Gefahrene Meilen: 20
nach oben
27. Tag Donnerstag, 07.10.04
San Francisco - London - München
Um 7.00 h klingelt der Handy-Wecker und eine Stunde später
haben wir alles in die Koffer und im Auto verstaut und nehmen Kurs Richtung
Flughafen. Trotz dichtem Berufsverkehr kommen wir gut vorwärts,
haben noch für einen Abstecher in einen Safeway Zeit, eher wir
am Rental-Car-Return am Flughafen ankommen. Die Rückgabe des Autos
gestaltet sich unproblematisch; wir werden lediglich gefragt, ob es
was zu beanstanden gäbe, wir bekommen eine Quittung und das wars.

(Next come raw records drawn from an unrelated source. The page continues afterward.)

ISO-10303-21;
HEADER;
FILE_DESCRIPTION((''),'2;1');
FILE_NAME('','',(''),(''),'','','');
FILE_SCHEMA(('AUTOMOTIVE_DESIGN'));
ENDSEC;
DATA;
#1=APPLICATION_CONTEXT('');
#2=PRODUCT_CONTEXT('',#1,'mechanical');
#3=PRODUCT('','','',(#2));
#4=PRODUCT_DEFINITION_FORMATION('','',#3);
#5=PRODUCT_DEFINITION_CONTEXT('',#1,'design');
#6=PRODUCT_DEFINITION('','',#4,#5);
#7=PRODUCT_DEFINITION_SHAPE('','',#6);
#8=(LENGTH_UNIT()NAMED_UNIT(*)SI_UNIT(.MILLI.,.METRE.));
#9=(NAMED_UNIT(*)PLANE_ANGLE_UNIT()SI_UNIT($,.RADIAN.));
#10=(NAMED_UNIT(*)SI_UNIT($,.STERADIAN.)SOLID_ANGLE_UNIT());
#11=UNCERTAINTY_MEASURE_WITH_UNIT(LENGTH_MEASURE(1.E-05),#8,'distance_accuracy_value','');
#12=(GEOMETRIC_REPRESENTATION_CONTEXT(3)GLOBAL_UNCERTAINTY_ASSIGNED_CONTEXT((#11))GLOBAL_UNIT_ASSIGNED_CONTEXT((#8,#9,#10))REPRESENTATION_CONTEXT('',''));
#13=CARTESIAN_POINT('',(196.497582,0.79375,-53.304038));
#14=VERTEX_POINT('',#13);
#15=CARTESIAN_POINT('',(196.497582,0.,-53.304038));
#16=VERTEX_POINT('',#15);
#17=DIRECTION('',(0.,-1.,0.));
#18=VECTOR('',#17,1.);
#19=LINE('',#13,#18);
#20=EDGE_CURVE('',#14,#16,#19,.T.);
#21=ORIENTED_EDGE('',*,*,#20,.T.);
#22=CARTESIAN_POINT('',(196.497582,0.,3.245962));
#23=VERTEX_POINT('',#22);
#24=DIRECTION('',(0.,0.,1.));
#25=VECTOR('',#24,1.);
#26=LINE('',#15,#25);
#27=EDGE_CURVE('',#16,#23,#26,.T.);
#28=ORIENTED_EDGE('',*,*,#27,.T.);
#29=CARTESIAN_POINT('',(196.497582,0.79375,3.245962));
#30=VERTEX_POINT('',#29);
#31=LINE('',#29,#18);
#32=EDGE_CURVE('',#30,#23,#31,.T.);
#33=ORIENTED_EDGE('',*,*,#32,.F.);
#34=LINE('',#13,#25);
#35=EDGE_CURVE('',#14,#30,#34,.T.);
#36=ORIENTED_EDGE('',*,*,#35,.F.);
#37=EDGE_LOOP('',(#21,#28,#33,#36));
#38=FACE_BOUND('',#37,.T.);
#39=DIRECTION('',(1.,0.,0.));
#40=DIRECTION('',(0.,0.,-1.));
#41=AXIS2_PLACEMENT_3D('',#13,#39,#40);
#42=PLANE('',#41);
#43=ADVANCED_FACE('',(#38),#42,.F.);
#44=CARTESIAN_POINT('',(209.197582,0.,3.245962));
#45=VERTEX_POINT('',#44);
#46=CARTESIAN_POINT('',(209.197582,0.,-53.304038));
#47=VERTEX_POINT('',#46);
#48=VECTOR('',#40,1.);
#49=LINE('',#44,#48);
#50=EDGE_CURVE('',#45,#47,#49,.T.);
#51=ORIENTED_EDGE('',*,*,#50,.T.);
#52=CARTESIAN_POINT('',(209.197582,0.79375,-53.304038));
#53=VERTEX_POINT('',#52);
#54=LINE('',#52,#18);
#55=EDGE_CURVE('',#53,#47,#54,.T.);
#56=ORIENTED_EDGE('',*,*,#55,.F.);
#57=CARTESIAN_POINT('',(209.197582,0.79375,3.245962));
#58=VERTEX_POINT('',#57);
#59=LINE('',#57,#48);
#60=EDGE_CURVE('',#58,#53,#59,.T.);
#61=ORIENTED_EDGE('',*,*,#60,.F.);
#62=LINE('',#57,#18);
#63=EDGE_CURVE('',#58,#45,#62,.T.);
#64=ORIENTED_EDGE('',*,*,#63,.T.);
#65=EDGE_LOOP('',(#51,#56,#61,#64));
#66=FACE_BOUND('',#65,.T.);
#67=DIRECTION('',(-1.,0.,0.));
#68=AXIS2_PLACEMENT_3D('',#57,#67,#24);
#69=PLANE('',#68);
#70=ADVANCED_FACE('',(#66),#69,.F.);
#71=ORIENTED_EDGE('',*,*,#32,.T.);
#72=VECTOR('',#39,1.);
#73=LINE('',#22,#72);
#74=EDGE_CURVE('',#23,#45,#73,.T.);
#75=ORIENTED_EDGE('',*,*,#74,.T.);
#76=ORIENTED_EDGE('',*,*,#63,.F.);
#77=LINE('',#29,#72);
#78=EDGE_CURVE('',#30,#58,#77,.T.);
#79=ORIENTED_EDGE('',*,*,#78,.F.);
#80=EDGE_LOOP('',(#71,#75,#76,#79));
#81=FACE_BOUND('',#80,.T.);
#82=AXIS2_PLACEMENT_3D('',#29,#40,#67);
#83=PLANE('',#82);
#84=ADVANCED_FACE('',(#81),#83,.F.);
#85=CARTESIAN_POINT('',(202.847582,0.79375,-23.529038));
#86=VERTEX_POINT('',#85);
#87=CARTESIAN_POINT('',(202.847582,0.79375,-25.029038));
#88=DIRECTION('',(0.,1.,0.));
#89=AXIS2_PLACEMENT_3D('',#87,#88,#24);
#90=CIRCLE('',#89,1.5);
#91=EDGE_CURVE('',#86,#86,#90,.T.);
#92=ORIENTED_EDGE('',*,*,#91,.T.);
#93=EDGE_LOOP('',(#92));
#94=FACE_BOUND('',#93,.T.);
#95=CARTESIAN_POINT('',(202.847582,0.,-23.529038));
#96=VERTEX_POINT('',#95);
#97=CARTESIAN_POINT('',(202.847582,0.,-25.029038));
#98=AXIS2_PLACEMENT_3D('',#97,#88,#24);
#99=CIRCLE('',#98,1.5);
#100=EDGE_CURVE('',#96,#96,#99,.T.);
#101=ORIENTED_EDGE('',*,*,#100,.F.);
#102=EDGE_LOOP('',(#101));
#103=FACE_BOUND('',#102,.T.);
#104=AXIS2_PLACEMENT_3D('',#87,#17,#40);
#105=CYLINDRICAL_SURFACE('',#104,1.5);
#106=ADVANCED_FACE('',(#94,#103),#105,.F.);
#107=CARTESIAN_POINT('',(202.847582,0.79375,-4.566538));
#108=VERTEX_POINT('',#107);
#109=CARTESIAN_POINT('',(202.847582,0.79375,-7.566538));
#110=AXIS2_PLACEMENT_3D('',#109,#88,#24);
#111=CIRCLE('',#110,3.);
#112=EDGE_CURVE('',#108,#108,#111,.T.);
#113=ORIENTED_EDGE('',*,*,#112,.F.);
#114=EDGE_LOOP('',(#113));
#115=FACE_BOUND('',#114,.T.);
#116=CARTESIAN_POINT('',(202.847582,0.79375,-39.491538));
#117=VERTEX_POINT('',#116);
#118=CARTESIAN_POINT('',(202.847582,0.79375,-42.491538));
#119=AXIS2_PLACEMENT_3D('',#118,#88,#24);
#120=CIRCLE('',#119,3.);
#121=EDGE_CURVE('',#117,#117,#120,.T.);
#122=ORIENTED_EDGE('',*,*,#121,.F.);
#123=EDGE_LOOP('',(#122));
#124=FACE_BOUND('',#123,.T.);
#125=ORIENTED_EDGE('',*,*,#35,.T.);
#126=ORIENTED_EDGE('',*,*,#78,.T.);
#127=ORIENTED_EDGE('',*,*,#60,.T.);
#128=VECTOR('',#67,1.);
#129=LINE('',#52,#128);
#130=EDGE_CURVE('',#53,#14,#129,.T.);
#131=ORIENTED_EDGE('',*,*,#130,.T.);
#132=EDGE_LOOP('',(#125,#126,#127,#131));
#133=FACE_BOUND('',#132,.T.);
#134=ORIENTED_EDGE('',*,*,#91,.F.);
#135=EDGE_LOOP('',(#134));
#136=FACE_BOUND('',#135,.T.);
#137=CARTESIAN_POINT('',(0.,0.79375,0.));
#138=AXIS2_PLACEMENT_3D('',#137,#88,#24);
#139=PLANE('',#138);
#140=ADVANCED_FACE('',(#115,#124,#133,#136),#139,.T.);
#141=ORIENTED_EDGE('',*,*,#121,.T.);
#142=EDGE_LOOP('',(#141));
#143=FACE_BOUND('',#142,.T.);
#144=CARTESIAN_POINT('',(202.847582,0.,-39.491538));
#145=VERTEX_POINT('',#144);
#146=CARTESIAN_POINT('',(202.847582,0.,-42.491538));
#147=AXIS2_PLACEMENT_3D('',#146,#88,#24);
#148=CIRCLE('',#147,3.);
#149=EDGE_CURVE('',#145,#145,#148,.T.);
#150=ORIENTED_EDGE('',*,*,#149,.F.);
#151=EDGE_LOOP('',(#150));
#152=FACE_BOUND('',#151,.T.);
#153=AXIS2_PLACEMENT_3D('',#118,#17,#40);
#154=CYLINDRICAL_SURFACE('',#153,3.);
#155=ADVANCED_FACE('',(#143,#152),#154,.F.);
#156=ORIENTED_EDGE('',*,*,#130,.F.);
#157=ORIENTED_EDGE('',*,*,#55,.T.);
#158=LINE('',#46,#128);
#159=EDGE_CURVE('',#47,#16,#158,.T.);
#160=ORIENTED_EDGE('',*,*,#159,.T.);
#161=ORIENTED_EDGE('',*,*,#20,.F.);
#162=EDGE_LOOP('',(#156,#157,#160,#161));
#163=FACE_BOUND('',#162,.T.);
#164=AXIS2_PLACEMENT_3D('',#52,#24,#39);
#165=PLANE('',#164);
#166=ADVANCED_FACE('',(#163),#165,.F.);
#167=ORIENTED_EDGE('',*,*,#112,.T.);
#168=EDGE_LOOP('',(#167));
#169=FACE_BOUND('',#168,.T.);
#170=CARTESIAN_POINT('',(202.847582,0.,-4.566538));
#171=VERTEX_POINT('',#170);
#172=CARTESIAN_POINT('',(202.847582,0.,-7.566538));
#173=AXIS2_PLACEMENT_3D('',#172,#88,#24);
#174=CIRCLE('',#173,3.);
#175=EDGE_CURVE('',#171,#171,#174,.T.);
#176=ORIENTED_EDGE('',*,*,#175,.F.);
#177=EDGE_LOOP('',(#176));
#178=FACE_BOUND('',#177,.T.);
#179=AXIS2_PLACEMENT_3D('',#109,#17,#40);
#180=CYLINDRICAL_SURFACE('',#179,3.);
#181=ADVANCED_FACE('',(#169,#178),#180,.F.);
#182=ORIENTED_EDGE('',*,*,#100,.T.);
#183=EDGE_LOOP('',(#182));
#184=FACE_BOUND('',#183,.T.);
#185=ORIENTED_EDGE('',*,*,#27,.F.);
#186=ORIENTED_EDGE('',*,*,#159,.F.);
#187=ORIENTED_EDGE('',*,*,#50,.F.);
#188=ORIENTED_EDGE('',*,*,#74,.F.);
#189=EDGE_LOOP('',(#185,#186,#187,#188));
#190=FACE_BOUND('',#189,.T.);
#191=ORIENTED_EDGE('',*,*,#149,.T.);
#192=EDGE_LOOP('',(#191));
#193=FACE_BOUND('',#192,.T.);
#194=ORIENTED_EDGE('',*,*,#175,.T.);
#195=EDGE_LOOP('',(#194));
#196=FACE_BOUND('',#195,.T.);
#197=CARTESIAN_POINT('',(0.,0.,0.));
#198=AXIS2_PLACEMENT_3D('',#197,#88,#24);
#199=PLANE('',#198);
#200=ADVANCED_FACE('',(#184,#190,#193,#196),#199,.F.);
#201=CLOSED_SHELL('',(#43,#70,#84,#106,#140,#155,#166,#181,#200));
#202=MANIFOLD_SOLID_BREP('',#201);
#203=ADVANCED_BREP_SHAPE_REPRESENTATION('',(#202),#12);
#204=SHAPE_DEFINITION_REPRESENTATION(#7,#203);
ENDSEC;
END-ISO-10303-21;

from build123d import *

# Parameters (mm, degrees)
SKETCH1_W           = 12.7
SKETCH1_H           = 56.55
SKETCH1_R           = 3
SKETCH1_R_2         = 1.5
BOSS_EXTRUDE1_DEPTH = 0.79375


with BuildPart() as part:
    # Sketch1 → Boss-Extrude1 (new body)
    with BuildSketch(Plane(origin=(0, 0, 0), x_dir=(1, 0, 0), z_dir=(0, 1, 0))):
        with Locations((202.847582207, 25.029038276)):
            Rectangle(SKETCH1_W, SKETCH1_H)
        with Locations(Location((202.847582207, 7.566538276, 0), (0, 0, 270))):
            Circle(SKETCH1_R, mode=Mode.SUBTRACT)
        with Locations(Location((202.847582207, 25.029038276, 0), (0, 0, 270))):
            Circle(SKETCH1_R_2, mode=Mode.SUBTRACT)
        with Locations(Location((202.847582207, 42.491538276, 0), (0, 0, 270))):
            Circle(SKETCH1_R, mode=Mode.SUBTRACT)
    extrude(amount=BOSS_EXTRUDE1_DEPTH)


solid = part.part
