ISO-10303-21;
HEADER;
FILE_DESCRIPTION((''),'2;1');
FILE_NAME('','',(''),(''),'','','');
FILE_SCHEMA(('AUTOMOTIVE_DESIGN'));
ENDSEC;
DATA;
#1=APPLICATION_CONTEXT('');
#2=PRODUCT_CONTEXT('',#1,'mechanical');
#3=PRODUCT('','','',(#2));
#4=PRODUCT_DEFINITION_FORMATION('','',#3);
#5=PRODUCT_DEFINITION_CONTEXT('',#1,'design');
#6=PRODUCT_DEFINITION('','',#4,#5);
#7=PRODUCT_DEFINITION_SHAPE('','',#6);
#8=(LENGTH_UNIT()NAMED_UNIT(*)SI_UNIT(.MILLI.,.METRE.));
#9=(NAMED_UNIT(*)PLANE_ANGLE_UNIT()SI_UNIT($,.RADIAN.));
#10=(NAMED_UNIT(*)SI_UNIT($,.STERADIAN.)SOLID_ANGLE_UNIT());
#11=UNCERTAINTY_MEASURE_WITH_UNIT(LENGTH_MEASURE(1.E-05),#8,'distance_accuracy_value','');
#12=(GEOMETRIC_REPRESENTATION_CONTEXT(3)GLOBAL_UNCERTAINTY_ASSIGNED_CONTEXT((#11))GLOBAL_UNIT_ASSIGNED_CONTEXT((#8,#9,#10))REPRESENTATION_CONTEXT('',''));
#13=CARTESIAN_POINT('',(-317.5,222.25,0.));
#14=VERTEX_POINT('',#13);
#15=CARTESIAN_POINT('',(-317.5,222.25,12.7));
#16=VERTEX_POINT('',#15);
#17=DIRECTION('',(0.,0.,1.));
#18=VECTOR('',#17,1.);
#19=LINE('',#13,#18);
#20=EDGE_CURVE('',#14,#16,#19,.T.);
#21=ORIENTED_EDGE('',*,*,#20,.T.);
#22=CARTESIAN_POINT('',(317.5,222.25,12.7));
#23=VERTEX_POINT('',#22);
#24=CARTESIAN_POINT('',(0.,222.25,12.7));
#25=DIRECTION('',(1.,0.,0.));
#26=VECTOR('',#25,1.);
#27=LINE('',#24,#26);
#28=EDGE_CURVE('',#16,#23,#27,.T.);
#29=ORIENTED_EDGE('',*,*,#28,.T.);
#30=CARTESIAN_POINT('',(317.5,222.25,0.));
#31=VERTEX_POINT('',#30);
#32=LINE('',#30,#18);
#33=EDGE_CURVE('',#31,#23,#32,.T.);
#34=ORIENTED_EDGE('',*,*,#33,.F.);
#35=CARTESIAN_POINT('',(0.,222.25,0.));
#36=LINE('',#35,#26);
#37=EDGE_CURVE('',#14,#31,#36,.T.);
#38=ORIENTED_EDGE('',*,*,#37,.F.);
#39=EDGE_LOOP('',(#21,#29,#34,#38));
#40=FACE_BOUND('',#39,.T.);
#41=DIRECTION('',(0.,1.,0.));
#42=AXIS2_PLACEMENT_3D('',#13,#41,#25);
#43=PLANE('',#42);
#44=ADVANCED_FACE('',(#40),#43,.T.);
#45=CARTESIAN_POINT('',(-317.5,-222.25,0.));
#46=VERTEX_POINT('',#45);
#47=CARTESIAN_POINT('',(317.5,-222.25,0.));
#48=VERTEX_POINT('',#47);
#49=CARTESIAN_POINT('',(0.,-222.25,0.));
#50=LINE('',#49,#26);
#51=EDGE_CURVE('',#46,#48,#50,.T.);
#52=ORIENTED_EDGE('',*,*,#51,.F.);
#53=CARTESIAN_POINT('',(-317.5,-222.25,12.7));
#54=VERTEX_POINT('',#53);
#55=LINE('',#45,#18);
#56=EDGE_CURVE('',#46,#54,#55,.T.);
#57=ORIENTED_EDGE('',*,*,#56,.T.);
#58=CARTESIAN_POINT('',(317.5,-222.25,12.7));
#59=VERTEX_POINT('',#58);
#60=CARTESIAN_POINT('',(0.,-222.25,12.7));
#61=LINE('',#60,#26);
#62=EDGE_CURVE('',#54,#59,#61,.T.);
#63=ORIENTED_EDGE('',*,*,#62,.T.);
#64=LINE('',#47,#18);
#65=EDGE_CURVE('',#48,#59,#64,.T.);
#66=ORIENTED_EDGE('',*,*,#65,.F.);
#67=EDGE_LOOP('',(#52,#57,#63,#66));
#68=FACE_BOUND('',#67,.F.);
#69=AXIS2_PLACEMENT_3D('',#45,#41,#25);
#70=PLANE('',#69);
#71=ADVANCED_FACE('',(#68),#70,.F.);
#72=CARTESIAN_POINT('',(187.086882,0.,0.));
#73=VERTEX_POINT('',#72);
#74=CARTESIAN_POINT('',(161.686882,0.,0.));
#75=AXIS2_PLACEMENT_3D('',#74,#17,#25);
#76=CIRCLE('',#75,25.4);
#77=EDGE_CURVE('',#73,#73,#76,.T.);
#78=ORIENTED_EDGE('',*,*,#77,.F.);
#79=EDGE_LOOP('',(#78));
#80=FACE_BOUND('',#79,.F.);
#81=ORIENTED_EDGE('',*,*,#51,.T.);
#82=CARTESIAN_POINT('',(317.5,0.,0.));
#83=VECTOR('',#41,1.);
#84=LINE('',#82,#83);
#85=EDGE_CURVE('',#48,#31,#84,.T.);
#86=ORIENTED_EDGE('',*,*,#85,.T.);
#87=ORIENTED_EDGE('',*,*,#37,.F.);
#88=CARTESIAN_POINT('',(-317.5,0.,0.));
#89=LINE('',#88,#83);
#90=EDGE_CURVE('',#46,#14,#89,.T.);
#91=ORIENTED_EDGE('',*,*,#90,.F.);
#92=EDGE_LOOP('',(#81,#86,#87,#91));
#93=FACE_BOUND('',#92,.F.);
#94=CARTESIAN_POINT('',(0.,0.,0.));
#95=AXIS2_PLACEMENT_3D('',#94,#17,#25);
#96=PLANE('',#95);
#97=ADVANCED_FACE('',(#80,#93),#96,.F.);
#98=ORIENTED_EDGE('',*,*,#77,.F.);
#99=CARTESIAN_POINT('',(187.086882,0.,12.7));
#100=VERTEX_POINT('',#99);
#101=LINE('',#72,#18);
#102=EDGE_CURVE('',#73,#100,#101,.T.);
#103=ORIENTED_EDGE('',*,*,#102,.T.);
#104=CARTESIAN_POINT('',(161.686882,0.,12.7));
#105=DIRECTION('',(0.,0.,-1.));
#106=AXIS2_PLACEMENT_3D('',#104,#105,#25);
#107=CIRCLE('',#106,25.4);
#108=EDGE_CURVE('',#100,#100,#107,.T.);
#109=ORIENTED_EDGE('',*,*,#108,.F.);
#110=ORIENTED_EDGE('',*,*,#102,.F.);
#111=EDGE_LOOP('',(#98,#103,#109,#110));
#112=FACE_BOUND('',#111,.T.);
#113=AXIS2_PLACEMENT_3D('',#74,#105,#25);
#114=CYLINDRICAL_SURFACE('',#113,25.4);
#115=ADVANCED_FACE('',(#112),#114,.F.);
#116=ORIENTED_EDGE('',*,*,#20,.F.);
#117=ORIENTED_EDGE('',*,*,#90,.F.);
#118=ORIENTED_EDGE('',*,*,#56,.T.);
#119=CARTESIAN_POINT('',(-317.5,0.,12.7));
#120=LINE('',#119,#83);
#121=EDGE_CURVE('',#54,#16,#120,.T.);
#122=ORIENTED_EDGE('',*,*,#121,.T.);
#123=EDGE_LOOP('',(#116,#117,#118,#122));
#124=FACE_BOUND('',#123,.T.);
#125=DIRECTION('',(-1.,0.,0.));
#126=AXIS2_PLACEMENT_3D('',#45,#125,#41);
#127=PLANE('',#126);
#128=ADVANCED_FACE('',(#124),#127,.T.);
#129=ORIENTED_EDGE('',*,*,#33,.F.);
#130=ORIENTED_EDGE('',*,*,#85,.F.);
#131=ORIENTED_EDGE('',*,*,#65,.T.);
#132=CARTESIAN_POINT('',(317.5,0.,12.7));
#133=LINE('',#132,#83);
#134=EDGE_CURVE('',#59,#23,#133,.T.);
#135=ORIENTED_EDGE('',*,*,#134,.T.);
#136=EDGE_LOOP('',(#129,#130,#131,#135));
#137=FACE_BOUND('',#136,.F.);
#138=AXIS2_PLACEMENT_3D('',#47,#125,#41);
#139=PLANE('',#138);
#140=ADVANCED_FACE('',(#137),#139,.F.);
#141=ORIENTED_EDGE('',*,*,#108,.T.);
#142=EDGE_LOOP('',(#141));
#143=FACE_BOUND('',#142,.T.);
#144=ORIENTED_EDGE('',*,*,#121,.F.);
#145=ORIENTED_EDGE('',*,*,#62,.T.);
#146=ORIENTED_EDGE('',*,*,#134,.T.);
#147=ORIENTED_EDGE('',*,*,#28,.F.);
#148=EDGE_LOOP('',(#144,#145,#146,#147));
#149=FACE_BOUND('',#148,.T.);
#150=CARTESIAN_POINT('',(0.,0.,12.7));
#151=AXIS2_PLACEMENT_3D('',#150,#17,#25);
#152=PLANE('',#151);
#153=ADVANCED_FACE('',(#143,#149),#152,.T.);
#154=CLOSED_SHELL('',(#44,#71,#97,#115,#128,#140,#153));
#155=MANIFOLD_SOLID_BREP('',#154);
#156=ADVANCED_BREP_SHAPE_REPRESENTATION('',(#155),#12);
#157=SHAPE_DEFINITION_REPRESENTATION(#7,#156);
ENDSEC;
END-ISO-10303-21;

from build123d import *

# Parameters (mm, degrees)
F0_W     = 635
F0_H     = 444.5
F0_R     = 25.4
F1_DEPTH = 12.7
F2_DEPTH = 25.4


with BuildPart() as f1:
    # F0 (on Top) → F1 (new body)
    with BuildSketch(Plane.XY):
        Rectangle(F0_W, F0_H)
        with Locations((161.686882, 0)):
            Circle(F0_R, mode=Mode.SUBTRACT)
        with Locations((161.686882, 0)):
            Circle(F0_R)
    extrude(amount=F1_DEPTH)

    # F0 (on Top) → F2 (cut)
    with BuildSketch(Plane.XY):
        with Locations((161.686882, 0)):
            Circle(F0_R)
    extrude(amount=F2_DEPTH, mode=Mode.SUBTRACT)


solid = f1.part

Die "neue" Mono-Rail bringt uns zu den Terminals; Einchecken,
Koffer abgeben. Es bleibt noch Zeit zum bummeln, ehe wir um 11.00 h
zum Boarding gehen und es dann endlich um 12:40 h losgehen soll. Die
Maschine ist rappelvoll und wir schwitzen noch über 40 Minuten,
da die Klimaanlage nicht läuft und wir auf den Start warten müssen.
Die Zeit vergeht im Zeitlupentempo, schlafen ist nicht, weil es dafür
zu eng und zu unbequem ist.
London morgens um 7.00 h ist auch nicht anders, als zu
einer anderen Tageszeit; Menschenmengen ohne Ende, die endlos langen
Gänge, Terminalwechsel und und und. Dieses mal haben wir für
den Anschlussflug jedoch noch jede Menge Zeit, die wir dösend auf
einer Bank verbringen - immerhin fehlt uns eine Nacht und ne Mütze
voll Schlaf. Um 12.00 h mittags landen wir planmäßig in München
und werden freudig von E. erwartet. Die Fahrt nach Hause vergeht irre
schnell, da E. alles wissen will, wie es denn die letzten 4 Wochen war.
An diesem Tag schaffen wir es sogar noch, die Koffer auszuleeren und
die Waschmaschine zu beladen, besuchen sogar noch die Family. Physisch
sind wir anwesend, geistig noch in USA. Ein Jahr Wartezeit steht uns
bevor, ehe es dann wieder heißt "The West is the Best".